Masterless means that in a cluster of Riak nodes, there is no primary or master node. All nodes are equal. This means it doesn't make sense to use Riak as a single node. Riak should be ran with at least 3+ nodes per cluster. Anyone of these nodes can go down without hurting anything. You can fix the node, bring it back up, and it will automatically begin participating in the cluster again. Riak uses a "gossip" protocol to spread all the data around among the nodes in the cluster.

Distributed just means the data is replicated among the nodes without any node being a single point of access or failure. If one of the nodes is not present, you can just ask another node. This eliminates the need for backups since the data is replicated on every node in the cluster.

Riak is fault tolerant because there is no single point of failure. If a node fails, you can just fix it and bring it back. Or, you could create a new node & add it to the cluster. If you need more performance, you can just continue to add more nodes to add capacity to the cluster.

There are a few drawbacks as well. One is that Riak is an eventually consistent database. This means you can store a value using one node but the other nodes in the cluster won't immediately have the value. It takes a bit to spread the data around in the cluster. Riak also does not have transactions, so there are no read or write locks to guarantee consistency. This means you need to use Riak with prudence. It is not suited for everything. For example, we would not want to use it to store Quote info since we need Quotes to be in a guaranteed consistent state. It is however very well suited for search documents & status report data since this info is either temporary or can be rebuilt.

The actual Riak storage interface is very simple. First you have the concept of "buckets" to add whatever namespace you need to your data. So you could have a "person" bucket to store all the data about a people. Within a bucket, everything is just a key & a value. The key is a just a string, and the value can be anything. It could be plain text, XML, JSON, etc or it could be binary data like an image or PDF file.

We are/will be using Riak for several things. Currently we are already using it to store customer status data that comes in from our Nagios monitoring system. This creates quite a lot of data since a status report comes in from each customer every 5 minutes. Riak has no trouble handling the volume since it can write very fast.

The second use is for search. Riak has a built in full text search engine called Riak Search. Once the 4.6.16 releases goes out, the search documents will be generated and stored into Riak. We took our existing High Speed Search Interface and created a Riak implementation.
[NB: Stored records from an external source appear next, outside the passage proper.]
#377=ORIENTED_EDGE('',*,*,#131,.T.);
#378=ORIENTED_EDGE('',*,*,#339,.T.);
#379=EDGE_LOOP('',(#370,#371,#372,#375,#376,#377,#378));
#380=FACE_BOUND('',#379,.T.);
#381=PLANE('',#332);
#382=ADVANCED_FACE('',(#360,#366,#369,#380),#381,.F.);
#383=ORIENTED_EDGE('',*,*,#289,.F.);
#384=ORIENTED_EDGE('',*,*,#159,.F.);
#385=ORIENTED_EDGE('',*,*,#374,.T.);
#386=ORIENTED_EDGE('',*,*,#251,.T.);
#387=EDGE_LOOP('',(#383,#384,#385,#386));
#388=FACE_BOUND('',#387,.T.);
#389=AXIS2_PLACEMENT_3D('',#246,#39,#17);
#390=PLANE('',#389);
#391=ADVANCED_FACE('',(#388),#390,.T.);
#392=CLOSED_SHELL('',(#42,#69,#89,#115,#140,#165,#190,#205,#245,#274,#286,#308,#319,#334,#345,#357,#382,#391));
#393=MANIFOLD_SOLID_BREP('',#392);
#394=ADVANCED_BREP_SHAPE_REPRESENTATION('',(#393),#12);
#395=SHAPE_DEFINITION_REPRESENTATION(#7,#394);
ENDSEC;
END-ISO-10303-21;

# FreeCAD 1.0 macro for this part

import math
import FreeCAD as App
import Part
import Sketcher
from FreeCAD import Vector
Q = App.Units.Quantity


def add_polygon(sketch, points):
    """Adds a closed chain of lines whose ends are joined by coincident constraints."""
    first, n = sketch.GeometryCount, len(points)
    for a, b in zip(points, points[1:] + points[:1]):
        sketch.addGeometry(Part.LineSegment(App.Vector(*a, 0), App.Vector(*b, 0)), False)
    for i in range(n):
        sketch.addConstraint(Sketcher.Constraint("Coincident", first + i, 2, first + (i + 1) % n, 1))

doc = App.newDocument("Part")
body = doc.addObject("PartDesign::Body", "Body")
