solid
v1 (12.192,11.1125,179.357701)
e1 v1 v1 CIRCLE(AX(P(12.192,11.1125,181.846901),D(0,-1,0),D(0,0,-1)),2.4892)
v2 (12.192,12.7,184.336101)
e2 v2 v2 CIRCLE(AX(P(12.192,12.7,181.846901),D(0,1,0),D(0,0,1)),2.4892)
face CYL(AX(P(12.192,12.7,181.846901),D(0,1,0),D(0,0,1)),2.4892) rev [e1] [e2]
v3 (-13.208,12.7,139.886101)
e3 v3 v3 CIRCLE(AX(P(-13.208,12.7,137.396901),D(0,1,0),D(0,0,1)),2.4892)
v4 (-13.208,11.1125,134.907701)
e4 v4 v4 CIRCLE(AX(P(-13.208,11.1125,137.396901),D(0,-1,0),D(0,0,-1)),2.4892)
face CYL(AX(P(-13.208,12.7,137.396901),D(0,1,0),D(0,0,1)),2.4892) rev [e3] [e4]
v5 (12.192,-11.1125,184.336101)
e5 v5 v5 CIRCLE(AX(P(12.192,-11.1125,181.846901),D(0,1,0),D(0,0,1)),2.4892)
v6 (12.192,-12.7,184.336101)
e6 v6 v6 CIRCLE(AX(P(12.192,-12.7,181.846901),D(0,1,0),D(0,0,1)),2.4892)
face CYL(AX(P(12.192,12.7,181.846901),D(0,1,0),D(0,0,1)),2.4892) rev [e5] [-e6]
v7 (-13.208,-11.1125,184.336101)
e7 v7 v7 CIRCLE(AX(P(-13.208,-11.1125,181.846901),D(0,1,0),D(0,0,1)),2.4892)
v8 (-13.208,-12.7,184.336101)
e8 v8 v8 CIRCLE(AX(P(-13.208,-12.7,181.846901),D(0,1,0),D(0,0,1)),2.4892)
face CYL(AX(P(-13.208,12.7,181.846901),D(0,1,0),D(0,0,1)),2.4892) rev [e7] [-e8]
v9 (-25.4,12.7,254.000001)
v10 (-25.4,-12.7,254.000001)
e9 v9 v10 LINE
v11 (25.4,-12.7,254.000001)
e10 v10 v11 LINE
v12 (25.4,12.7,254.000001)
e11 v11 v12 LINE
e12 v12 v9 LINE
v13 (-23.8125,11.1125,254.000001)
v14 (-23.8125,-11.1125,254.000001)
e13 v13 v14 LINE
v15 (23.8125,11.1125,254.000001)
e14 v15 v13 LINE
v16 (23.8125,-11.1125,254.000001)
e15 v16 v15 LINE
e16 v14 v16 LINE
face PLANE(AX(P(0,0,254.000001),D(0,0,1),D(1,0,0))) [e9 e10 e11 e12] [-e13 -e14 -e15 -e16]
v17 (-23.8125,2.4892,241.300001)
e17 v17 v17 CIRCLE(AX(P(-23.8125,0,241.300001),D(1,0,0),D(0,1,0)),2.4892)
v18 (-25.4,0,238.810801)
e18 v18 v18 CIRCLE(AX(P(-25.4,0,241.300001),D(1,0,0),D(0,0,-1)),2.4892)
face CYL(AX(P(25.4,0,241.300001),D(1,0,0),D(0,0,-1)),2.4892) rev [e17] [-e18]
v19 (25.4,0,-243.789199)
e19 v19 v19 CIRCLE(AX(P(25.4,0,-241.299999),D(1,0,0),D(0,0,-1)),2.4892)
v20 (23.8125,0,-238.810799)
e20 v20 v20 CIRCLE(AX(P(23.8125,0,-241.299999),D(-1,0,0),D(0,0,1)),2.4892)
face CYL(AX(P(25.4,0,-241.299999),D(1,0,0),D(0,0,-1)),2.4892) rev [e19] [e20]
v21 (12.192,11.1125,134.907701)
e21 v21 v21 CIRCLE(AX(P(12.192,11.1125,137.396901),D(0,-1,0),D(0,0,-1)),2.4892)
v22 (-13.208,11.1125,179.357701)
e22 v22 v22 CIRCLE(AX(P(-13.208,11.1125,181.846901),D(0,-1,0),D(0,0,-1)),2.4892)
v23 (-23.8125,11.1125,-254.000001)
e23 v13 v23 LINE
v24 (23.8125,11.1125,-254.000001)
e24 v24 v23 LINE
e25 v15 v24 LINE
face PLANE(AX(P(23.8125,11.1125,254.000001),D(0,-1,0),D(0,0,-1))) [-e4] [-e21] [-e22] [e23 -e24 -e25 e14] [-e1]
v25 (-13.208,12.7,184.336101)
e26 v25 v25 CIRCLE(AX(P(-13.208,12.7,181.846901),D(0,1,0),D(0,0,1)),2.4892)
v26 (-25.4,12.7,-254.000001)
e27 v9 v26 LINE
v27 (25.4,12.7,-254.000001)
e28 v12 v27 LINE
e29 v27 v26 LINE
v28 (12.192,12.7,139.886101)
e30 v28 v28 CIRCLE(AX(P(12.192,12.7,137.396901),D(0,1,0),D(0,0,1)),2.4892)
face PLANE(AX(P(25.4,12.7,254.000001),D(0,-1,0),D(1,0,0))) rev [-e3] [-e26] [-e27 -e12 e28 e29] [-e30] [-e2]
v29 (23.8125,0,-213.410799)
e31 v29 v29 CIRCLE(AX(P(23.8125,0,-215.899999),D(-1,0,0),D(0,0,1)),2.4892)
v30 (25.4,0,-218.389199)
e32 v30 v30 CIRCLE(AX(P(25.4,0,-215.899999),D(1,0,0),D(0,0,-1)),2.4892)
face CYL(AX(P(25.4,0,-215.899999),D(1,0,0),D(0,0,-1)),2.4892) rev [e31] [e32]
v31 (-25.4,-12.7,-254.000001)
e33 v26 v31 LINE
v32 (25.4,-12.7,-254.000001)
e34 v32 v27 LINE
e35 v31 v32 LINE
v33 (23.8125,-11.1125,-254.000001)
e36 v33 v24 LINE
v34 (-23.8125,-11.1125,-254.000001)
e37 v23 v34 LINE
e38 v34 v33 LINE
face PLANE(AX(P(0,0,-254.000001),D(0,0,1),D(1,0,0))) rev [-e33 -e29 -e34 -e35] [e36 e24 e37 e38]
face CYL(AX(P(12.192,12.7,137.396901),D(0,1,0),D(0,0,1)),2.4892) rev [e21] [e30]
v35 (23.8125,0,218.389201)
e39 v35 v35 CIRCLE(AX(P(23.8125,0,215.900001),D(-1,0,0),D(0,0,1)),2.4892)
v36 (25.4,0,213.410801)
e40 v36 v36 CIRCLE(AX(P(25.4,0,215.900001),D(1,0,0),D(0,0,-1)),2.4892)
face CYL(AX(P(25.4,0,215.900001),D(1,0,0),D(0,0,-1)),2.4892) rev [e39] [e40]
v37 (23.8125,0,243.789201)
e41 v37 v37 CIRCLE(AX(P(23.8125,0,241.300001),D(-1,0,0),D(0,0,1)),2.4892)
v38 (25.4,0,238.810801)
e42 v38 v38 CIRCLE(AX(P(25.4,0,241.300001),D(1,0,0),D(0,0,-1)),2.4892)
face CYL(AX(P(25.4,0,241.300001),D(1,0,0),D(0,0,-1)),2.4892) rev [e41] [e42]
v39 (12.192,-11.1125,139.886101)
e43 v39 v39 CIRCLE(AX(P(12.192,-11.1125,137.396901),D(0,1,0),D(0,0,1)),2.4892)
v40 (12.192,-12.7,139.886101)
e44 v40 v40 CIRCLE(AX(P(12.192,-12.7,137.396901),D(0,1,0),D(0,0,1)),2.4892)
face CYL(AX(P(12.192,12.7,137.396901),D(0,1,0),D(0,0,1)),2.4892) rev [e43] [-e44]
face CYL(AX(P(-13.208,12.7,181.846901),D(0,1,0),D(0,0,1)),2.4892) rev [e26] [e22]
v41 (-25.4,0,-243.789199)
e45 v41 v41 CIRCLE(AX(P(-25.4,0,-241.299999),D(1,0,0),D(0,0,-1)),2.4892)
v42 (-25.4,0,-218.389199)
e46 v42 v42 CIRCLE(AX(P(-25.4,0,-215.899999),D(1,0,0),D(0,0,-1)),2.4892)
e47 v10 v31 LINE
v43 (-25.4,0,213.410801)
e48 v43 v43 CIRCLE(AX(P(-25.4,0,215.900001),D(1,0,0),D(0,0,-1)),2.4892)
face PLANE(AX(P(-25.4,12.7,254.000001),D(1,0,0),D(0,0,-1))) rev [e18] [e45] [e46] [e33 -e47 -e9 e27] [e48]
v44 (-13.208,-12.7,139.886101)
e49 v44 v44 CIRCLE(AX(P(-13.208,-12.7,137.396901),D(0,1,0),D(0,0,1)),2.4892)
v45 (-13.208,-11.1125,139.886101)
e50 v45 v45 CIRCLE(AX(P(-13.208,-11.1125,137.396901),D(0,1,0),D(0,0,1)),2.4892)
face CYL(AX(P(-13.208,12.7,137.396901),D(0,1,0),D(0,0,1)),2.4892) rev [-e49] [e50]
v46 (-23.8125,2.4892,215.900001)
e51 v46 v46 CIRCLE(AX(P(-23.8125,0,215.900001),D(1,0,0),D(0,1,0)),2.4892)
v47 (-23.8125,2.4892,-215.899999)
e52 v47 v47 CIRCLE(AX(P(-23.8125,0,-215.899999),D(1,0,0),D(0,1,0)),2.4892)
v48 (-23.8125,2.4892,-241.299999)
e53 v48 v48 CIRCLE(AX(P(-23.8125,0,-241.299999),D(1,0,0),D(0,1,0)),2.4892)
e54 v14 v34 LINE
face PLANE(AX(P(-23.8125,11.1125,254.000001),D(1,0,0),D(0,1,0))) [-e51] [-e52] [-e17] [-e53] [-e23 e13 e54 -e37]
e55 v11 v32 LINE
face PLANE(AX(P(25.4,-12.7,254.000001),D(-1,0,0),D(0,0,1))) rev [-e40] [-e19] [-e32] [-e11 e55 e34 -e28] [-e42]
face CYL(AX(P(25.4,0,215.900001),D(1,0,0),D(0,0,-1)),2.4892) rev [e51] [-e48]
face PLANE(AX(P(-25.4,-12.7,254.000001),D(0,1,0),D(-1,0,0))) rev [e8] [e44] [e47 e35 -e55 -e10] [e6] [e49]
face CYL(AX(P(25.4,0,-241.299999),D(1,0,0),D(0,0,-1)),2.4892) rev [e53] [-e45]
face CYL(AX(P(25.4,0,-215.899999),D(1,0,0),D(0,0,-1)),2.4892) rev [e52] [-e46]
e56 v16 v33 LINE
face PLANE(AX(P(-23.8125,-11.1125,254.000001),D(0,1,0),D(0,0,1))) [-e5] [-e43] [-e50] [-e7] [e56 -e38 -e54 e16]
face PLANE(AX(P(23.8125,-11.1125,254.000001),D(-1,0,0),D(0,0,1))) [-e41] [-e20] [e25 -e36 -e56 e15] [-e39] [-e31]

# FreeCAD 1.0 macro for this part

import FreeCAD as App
import Part
import Sketcher
Q = App.Units.Quantity


def add_polygon(sketch, points):
    """Adds a closed chain of lines whose ends are joined by coincident constraints."""
    first, n = sketch.GeometryCount, len(points)
    for a, b in zip(points, points[1:] + points[:1]):
        sketch.addGeometry(Part.LineSegment(App.Vector(*a, 0), App.Vector(*b, 0)), False)
    for i in range(n):
        sketch.addConstraint(Sketcher.Constraint("Coincident", first + i, 2, first + (i + 1) % n, 1))

doc = App.newDocument("Part")
params = doc.addObject("Spreadsheet::Sheet", "Params")
for row, (alias, value) in enumerate([
    ("sketch1_width", "2 in"),
    ("sketch1_height", "1 in"),
    ("sketch1_width2", "1.875 in"),
    ("sketch1_height2", "0.875 in"),
    ("pad1_length", "10 in"),
    ("pad1_length2", "10 in"),
    ("sketch2_diameter", "0.196 in"),
    ("hole_diameter", "0.196 in"),
    ("sketch3_diameter", "0.196 in"),
    ("hole2_diameter", "0.196 in"),
], start=1):
    params.set(f"A{row}", alias)
    params.set(f"B{row}", "=" + value)
    params.setAlias(f"B{row}", alias)

body = doc.addObject("PartDesign::Body", "Body")

sketch1 = body.newObject("Sketcher::SketchObject", "Sketch")
sketch1.AttachmentSupport = (doc.getObject("XY_Plane"), [""])
sketch1.MapMode = "FlatFace"
add_polygon(sketch1, [(-25.4, 12.7), (-25.4, -12.7), (25.4, -12.7), (25.4, 12.7)])
add_polygon(sketch1, [(23.8125, -11.1125), (-23.8125, -11.1125), (-23.8125, 11.1125), (23.8125, 11.1125)])
sketch1.addConstraint(Sketcher.Constraint("Vertical", 0))
sketch1.addConstraint(Sketcher.Constraint("Horizontal", 1))
sketch1.addConstraint(Sketcher.Constraint("Vertical", 2))
sketch1.addConstraint(Sketcher.Constraint("Horizontal", 3))
sketch1.addConstraint(Sketcher.Constraint("Horizontal", 4))
sketch1.addConstraint(Sketcher.Constraint("Vertical", 5))
sketch1.addConstraint(Sketcher.Constraint("Horizontal", 6))
sketch1.addConstraint(Sketcher.Constraint("Vertical", 7))
sketch1.addConstraint(Sketcher.Constraint("Symmetric", 0, 2, 2, 2, -1, 1))
sketch1.addConstraint(Sketcher.Constraint("Symmetric", 4, 2, 6, 2, -1, 1))
sketch1.addConstraint(Sketcher.Constraint("DistanceX", 1, 1, 1, 2, Q("2 in")))
sketch1.addConstraint(Sketcher.Constraint("DistanceY", 0, 2, 0, 1, Q("1 in")))
sketch1.addConstraint(Sketcher.Constraint("DistanceX", 4, 2, 4, 1, Q("1.875 in")))
sketch1.addConstraint(Sketcher.Constraint("DistanceY", 5, 1, 5, 2, Q("0.875 in")))
sketch1.setExpression("Constraints[18]", "Params.sketch1_width")
sketch1.setExpression("Constraints[19]", "Params.sketch1_height")
sketch1.setExpression("Constraints[20]", "Params.sketch1_width2")
sketch1.setExpression("Constraints[21]", "Params.sketch1_height2")
pad1 = body.newObject("PartDesign::Pad", "Pad")
pad1.Profile = sketch1
pad1.Type = "TwoLengths"
pad1.setExpression("Length", "Params.pad1_length")
pad1.setExpression("Length2", "Params.pad1_length2")

sketch2 = body.newObject("Sketcher::SketchObject", "Sketch001")
sketch2.AttachmentSupport = (doc.getObject("YZ_Plane"), [""])
sketch2.MapMode = "FlatFace"
sketch2.AttachmentOffset = App.Placement(App.Vector(0, 0, 1 * 25.4), App.Rotation())
sketch2.addGeometry(Part.Circle(App.Vector(0, 241.300001, 0), App.Vector(0, 0, 1), 2.4892), False)
sketch2.addGeometry(Part.Circle(App.Vector(0, 215.900001, 0), App.Vector(0, 0, 1), 2.4892), False)
sketch2.addGeometry(Part.Circle(App.Vector(0, -215.899999, 0), App.Vector(0, 0, 1), 2.4892), False)
sketch2.addGeometry(Part.Circle(App.Vector(0, -241.299999, 0), App.Vector(0, 0, 1), 2.4892), False)
sketch2.addConstraint(Sketcher.Constraint("Equal", 0, 1))
sketch2.addConstraint(Sketcher.Constraint("Equal", 1, 2))
sketch2.addConstraint(Sketcher.Constraint("Equal", 2, 3))
sketch2.addConstraint(Sketcher.Constraint("Symmetric", 1, 3, 2, 3, -1, 1))
sketch2.addConstraint(Sketcher.Constraint("Symmetric", 0, 3, 3, 3, -1, 1))
sketch2.addConstraint(Sketcher.Constraint("PointOnObject", 0, 3, -2))
sketch2.addConstraint(Sketcher.Constraint("PointOnObject", 1, 3, -2))
sketch2.addConstraint(Sketcher.Constraint("Diameter", 0, Q("0.196 in")))
sketch2.addConstraint(Sketcher.Constraint("DistanceY", 1, 3, 0, 3, Q("1 in")))
sketch2.addConstraint(Sketcher.Constraint("DistanceY", 2, 3, 1, 3, Q("17 in")))
sketch2.setExpression("Constraints[7]", "Params.sketch2_diameter")
doc.recompute()
hole = body.newObject("PartDesign::Hole", "Hole")
hole.Profile = sketch2
hole.ThreadType = "None"
hole.setExpression("Diameter", "Params.hole_diameter")
hole.DepthType = "ThroughAll"

sketch3 = body.newObject("Sketcher::SketchObject", "Sketch002")
sketch3.AttachmentSupport = (doc.getObject("XZ_Plane"), [""])
sketch3.MapMode = "FlatFace"
sketch3.AttachmentOffset = App.Placement(App.Vector(0, 0, -0.5 * 25.4), App.Rotation())
sketch3.addGeometry(Part.Circle(App.Vector(12.192, 137.396901, 0), App.Vector(0, 0, 1), 2.4892), False)
sketch3.addGeometry(Part.Circle(App.Vector(-13.208, 137.396901, 0), App.Vector(0, 0, 1), 2.4892), False)
sketch3.addGeometry(Part.Circle(App.Vector(-13.208, 181.846901, 0), App.Vector(0, 0, 1), 2.4892), False)
sketch3.addGeometry(Part.Circle(App.Vector(12.192, 181.846901, 0), App.Vector(0, 0, 1), 2.4892), False)
sketch3.addConstraint(Sketcher.Constraint("Equal", 0, 1))
sketch3.addConstraint(Sketcher.Constraint("Equal", 1, 2))
sketch3.addConstraint(Sketcher.Constraint("Equal", 2, 3))
sketch3.addConstraint(Sketcher.Constraint("Horizontal", 0, 3, 1, 3))
sketch3.addConstraint(Sketcher.Constraint("Horizontal", 2, 3, 3, 3))
sketch3.addConstraint(Sketcher.Constraint("Vertical", 1, 3, 2, 3))
sketch3.addConstraint(Sketcher.Constraint("Vertical", 0, 3, 3, 3))
sketch3.addConstraint(Sketcher.Constraint("Diameter", 0, Q("0.196 in")))
sketch3.addConstraint(Sketcher.Constraint("DistanceX", 1, 3, 0, 3, Q("1 in")))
The search document is a JSON value. All the JSON fields are indexed automatically by Riak and we can search on any combination of the JSON fields.

We believe that Riak will create a more robust search system that will make it easier to find your data. Our prior search implementation was based on Lucene which seemed too search engine like (fuzzy searches, ranking, etc) for our purposes. Riak Search is more straightforward and should just find the data your are looking for.